Болтовня фотографа раздражала Игоря Николаевича. Отвечать на вопросы не хотелось. Да, видимо, Сомов и не ждал ответа на них: просто ему хотелось разговором с автором скрасить все эти приготовления к съемке, которые повторялись каждый день и поэтому изрядно надоели ему.

«Много вы знаете! — с раздражением подумал Кудинов. — «За один сеанс не напишешь». Когда есть любовь и профессиональное мастерство — тогда и такое полотно напишешь быстро».

Как раз эскиз к этой картине Игорь Николаевич написал за один сеанс. Если подходить к работе со всей строгостью, то это даже и не полотно, а всего-навсего портрет. Портрет молодой женщины, которую и в жизни звали Эльвирой. Это была его первая женщина. Он всегда вспоминал ее со щемящей тоской в душе.

…Эльвира в темно-красной куртке на «молнии», откинув с головы капюшон, стояла посреди подлеска, вернее, в зелени невысоких сосновых посадок; в левой руке она держала корзину, заполненную наполовину свежими, сочными маслятами. Осеннее утро; дальние перелески за спиной Эльвиры — подернуты туманной дымкой. Молодая, с округлым, еще по-девически мягким лицом, Эльвира стояла на опушке леса. Каштановые волосы распущены по плечам, поверх откинутого капюшона с желтой подкладкой. Было такое впечатление, будто Эльвира, сорвав гриб, только-только разогнулась.

Молодая, крепко сбитая, — она смотрела прямо, уверенно, с полуулыбкой в серых глазах, словно взглядом своим хотела сказать: смотрите, вот я — какая! Все вы суетитесь из-за мелочей, а тут, в лесу, такое раздолье, спокойствие.

И пусть уже осень, в небе клином летят журавли. И пусть осень, и пусть березы, что золотом горят позади зеленеющих сосенок, роняют листья, пусть скоротечна жизнь, говорит ее взгляд, — а мне наплевать: мне хорошо!

7

Было это давным-давно, четверть века назад…

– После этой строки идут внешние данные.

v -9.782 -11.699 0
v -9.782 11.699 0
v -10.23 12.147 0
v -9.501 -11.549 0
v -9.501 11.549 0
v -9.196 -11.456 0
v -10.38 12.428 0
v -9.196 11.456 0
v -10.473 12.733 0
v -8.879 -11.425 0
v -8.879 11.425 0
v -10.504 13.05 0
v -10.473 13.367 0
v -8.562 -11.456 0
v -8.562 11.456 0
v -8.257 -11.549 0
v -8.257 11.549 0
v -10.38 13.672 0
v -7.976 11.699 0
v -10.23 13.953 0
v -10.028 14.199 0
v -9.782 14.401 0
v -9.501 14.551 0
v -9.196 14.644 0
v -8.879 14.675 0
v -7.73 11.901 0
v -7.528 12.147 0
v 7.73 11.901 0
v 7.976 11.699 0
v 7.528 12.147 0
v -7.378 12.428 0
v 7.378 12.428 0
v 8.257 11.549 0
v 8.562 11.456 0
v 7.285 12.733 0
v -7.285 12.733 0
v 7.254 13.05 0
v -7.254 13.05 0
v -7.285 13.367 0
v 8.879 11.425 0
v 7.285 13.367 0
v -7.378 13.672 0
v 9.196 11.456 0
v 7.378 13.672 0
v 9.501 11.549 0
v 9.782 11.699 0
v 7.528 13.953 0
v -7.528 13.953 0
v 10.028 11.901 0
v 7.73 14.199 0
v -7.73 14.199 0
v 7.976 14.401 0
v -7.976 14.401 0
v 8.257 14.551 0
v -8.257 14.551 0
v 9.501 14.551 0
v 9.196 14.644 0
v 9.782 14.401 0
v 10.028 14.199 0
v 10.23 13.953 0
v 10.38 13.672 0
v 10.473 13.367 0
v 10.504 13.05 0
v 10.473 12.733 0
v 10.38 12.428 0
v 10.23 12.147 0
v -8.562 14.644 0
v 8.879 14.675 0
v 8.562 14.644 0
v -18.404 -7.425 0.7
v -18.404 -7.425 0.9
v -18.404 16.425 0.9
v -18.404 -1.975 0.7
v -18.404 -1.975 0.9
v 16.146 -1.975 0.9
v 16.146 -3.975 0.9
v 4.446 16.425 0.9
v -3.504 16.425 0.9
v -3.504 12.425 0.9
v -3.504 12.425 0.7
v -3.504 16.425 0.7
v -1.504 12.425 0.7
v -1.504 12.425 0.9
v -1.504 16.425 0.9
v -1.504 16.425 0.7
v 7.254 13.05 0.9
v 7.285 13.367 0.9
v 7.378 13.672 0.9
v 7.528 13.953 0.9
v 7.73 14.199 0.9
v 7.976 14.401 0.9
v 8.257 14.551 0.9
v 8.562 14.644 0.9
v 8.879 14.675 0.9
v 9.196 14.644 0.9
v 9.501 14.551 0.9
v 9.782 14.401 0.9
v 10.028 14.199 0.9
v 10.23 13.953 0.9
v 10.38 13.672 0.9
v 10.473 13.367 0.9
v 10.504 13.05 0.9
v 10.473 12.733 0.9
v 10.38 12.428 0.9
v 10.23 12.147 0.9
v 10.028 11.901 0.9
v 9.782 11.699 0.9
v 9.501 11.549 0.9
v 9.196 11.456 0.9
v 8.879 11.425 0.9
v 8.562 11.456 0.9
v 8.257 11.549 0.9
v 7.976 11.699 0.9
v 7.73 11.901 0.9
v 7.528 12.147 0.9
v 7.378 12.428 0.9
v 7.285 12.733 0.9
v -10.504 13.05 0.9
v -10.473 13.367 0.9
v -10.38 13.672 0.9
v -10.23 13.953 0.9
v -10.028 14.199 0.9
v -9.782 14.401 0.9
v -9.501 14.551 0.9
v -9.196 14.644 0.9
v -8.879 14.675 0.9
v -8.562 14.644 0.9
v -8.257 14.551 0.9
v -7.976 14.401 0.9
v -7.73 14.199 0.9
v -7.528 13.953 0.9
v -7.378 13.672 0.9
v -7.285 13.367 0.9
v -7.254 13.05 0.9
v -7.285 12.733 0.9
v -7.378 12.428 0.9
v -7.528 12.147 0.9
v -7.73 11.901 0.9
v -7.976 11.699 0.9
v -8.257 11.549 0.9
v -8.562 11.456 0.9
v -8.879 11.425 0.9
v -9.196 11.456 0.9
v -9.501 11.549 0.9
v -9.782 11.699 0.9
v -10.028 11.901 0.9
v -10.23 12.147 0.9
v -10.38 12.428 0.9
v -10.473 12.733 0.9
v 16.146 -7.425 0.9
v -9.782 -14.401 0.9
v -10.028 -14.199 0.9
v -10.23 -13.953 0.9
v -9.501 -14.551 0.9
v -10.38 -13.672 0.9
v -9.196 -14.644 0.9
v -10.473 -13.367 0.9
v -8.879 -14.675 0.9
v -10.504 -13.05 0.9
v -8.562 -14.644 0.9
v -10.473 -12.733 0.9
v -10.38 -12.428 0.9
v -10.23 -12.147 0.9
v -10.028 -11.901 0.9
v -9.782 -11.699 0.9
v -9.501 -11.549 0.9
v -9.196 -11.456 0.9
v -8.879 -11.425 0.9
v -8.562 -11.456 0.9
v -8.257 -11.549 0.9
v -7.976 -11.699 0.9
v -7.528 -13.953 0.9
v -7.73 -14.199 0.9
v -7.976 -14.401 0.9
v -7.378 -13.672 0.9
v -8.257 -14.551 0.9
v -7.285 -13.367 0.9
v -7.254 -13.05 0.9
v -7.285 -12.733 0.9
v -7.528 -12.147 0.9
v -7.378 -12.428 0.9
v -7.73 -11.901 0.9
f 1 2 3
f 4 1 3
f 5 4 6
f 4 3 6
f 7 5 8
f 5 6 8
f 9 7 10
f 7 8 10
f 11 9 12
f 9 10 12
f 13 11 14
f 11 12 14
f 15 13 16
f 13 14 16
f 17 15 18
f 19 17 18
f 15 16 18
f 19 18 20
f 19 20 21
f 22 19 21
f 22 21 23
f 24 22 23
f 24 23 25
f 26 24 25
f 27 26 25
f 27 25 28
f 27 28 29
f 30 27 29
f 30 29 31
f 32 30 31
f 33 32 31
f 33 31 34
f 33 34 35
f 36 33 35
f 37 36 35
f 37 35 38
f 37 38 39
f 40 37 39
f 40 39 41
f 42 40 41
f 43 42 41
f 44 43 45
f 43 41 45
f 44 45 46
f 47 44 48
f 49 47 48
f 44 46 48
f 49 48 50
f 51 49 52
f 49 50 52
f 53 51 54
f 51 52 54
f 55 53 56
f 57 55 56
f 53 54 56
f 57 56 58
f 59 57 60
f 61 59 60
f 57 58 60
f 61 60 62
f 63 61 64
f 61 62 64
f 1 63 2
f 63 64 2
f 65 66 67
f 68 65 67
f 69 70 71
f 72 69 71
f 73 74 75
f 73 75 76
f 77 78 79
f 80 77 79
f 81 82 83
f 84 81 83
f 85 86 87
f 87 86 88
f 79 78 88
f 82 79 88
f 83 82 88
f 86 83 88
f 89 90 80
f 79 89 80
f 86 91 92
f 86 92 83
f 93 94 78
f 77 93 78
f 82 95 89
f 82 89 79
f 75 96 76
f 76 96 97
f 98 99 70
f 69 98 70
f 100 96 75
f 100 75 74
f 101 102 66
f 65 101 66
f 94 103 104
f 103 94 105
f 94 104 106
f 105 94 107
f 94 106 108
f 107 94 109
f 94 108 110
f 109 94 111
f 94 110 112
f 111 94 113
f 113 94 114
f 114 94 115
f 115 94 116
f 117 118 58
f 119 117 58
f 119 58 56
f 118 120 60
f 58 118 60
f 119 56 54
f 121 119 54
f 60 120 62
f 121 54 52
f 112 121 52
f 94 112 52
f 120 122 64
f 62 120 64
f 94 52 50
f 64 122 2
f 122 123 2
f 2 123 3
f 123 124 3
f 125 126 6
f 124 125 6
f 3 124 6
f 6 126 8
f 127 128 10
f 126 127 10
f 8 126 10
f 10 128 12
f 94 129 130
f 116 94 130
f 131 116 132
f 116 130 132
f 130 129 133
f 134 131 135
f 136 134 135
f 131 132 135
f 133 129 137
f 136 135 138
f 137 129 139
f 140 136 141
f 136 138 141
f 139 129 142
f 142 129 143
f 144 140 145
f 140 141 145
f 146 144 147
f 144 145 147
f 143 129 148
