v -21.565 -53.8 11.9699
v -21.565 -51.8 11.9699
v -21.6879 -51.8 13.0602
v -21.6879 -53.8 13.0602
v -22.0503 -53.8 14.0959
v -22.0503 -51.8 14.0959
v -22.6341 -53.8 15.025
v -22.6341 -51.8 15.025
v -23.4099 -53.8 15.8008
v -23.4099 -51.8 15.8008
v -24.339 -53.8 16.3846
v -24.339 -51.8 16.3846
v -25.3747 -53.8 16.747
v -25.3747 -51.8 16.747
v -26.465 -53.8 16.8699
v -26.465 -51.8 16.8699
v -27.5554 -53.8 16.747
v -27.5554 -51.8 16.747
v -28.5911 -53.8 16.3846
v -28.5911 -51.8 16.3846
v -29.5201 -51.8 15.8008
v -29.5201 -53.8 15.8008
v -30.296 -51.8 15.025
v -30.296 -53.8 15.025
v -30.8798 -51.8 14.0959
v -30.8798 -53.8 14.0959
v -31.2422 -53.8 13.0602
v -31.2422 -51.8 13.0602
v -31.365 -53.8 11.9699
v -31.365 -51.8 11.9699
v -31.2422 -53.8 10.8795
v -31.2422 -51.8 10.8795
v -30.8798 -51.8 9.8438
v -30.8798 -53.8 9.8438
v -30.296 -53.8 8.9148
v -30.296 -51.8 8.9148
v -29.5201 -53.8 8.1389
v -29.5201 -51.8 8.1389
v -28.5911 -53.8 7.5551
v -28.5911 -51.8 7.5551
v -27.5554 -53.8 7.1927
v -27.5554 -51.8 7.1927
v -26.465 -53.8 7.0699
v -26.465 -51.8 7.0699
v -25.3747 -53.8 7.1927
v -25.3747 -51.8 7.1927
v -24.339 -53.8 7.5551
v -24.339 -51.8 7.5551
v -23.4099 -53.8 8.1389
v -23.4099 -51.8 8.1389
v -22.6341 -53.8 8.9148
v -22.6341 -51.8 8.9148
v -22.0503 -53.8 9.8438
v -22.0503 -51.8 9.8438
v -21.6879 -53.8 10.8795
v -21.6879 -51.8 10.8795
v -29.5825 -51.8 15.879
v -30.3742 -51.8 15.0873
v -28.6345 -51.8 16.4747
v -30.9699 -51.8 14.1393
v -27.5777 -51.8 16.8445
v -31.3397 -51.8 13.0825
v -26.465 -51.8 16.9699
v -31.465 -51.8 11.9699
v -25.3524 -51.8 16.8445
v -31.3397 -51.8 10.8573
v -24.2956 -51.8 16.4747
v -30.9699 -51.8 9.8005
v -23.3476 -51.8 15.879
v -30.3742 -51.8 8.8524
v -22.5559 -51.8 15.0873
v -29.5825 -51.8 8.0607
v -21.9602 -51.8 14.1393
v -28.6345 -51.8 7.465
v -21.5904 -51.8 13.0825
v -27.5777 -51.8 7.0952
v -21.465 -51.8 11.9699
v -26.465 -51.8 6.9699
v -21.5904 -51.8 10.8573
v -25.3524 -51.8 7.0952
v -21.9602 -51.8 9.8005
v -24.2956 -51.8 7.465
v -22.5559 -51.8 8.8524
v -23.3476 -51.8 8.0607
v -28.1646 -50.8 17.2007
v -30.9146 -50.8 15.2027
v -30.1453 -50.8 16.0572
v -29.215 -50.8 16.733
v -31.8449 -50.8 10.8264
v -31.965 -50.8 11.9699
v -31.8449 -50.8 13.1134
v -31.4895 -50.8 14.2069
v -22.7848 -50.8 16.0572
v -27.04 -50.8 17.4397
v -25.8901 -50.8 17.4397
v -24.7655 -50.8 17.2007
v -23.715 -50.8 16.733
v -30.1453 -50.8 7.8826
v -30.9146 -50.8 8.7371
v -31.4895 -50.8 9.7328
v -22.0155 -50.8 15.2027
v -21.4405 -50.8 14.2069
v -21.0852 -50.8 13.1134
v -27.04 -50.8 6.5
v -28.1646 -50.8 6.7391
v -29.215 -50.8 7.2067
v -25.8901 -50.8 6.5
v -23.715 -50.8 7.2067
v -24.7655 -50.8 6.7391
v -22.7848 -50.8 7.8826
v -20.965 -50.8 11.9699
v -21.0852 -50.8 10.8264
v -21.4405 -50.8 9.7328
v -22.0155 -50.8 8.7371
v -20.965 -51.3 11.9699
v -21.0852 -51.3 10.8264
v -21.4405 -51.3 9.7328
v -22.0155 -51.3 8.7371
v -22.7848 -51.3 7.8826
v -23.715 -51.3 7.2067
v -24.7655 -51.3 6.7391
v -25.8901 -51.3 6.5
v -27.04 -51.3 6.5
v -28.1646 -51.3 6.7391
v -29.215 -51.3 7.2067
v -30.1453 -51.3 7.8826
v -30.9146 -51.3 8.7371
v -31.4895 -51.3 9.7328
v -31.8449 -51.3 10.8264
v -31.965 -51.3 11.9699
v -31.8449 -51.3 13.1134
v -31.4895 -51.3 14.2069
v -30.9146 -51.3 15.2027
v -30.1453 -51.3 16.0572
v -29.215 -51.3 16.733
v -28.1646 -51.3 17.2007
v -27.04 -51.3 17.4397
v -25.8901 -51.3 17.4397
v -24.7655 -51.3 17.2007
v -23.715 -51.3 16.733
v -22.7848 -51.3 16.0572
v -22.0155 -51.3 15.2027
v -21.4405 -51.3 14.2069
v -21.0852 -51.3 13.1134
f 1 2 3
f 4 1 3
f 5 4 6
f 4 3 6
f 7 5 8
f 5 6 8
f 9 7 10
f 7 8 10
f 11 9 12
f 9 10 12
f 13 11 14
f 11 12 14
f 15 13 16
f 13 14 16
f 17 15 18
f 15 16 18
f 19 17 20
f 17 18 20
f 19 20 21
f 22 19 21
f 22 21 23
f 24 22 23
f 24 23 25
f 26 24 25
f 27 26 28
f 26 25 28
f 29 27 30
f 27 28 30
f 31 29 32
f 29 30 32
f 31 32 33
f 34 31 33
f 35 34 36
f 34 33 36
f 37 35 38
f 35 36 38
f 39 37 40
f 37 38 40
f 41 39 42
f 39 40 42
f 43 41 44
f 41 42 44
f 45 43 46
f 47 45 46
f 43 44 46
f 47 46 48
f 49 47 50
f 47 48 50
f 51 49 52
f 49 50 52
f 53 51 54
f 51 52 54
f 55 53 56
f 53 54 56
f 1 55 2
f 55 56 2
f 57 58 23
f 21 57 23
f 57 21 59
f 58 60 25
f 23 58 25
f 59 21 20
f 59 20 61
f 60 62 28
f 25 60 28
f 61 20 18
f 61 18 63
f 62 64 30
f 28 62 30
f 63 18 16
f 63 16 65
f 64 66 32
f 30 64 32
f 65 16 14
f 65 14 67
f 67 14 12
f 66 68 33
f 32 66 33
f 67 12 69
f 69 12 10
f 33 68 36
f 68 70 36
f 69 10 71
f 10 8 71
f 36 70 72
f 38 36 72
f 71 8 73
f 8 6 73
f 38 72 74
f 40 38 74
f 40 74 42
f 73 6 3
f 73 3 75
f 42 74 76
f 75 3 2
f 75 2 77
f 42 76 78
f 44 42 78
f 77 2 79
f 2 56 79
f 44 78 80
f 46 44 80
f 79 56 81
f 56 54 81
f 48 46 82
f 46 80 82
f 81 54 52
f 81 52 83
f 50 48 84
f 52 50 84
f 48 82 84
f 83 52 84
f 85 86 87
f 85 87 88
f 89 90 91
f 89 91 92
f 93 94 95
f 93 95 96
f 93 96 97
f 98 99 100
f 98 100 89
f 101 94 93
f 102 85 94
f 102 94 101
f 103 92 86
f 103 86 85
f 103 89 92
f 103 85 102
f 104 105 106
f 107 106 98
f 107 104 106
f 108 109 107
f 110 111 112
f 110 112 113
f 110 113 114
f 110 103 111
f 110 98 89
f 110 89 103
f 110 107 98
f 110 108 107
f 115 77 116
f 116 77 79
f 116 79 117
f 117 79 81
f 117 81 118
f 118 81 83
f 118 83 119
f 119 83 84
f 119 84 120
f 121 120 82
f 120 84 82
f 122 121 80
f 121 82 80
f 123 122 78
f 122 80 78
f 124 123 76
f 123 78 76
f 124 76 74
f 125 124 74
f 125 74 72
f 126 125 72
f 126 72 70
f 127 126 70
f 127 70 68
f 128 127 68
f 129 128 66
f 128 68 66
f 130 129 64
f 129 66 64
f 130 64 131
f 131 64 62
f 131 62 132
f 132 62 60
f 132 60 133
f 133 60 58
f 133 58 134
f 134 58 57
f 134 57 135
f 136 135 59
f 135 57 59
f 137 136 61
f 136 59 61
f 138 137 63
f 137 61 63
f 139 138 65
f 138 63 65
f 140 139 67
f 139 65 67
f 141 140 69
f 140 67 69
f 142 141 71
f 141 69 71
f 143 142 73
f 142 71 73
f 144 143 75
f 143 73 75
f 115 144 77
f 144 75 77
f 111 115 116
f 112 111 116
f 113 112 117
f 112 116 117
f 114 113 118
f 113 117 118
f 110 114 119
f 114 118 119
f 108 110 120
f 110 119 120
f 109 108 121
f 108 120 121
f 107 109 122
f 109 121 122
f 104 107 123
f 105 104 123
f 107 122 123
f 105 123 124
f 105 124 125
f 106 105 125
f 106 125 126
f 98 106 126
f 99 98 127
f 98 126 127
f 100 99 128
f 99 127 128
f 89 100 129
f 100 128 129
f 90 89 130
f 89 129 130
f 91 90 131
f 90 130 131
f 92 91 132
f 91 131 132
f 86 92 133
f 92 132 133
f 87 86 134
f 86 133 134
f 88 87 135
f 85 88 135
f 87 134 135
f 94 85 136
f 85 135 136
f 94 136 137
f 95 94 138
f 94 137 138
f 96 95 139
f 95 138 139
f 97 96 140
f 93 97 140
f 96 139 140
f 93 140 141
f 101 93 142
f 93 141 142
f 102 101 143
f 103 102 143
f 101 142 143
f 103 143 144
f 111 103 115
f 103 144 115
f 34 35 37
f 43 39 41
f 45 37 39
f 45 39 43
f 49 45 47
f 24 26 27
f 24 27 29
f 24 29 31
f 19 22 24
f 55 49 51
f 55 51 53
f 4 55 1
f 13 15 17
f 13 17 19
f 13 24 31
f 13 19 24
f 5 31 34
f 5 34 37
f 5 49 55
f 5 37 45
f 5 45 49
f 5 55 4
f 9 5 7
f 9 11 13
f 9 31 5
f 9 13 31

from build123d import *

# Parameters (mm, degrees)
SKETCH003_R     = 4.9
PAD002_DEPTH    = 2
SKETCH004_R     = 5.5
PAD003_DEPTH    = 1
CHAMFER005_SIZE = 0.5


with BuildPart() as part:
    # Sketch003 → Pad002 (new body)
    with BuildSketch(Plane.XZ):
        with Locations((-27.765049, 49.769871)):
            Circle(SKETCH003_R)
    extrude(amount=PAD002_DEPTH)

    # Sketch004 (on Face2 of Pad002) → Pad003 (join)
    with BuildSketch(Plane(origin=(0, 0, 0), x_dir=(1, 0, 0), z_dir=(0, 1, 0))):
        with Locations((-27.765049, -49.769871)):
            Circle(SKETCH004_R)
    extrude(amount=PAD003_DEPTH)

    # Chamfer005
    chamfer005_edges = [part.edges().sort_by_distance(p)[0] for p in [
        (-33.265049, 0, 49.769871),
    ]]
    chamfer(chamfer005_edges, length=CHAMFER005_SIZE)


with BuildPart() as part_1:
    # Body001 placement: moved
    add(part.part.moved(Location((1.3, -51.8, -37.8))))


solid = part_1.part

В то утро Игорь ничего не знал об Эльвире. Как всегда утром, в девять, придя в столовую, он шумно отодвинул стул, сел за пустующий пока стол и, отстранив от себя столовые приборы, взял в руки стакан кефира. Игорь залпом выпил кефир, отставил пустой стакан и, не ожидая, пока официантка принесет скудный завтрак — котлету с картофельным пюре, — положил на ломоть серого хлеба крохотный кусочек масла и стал есть. Он не любил понапрасну сидеть в столовой; утром время особенно дорого. «Рубенс, говорят, вставал каждый день в четыре утра. В четыре! А сейчас — девять. Я и так потерял целый рабочий день», — думал он.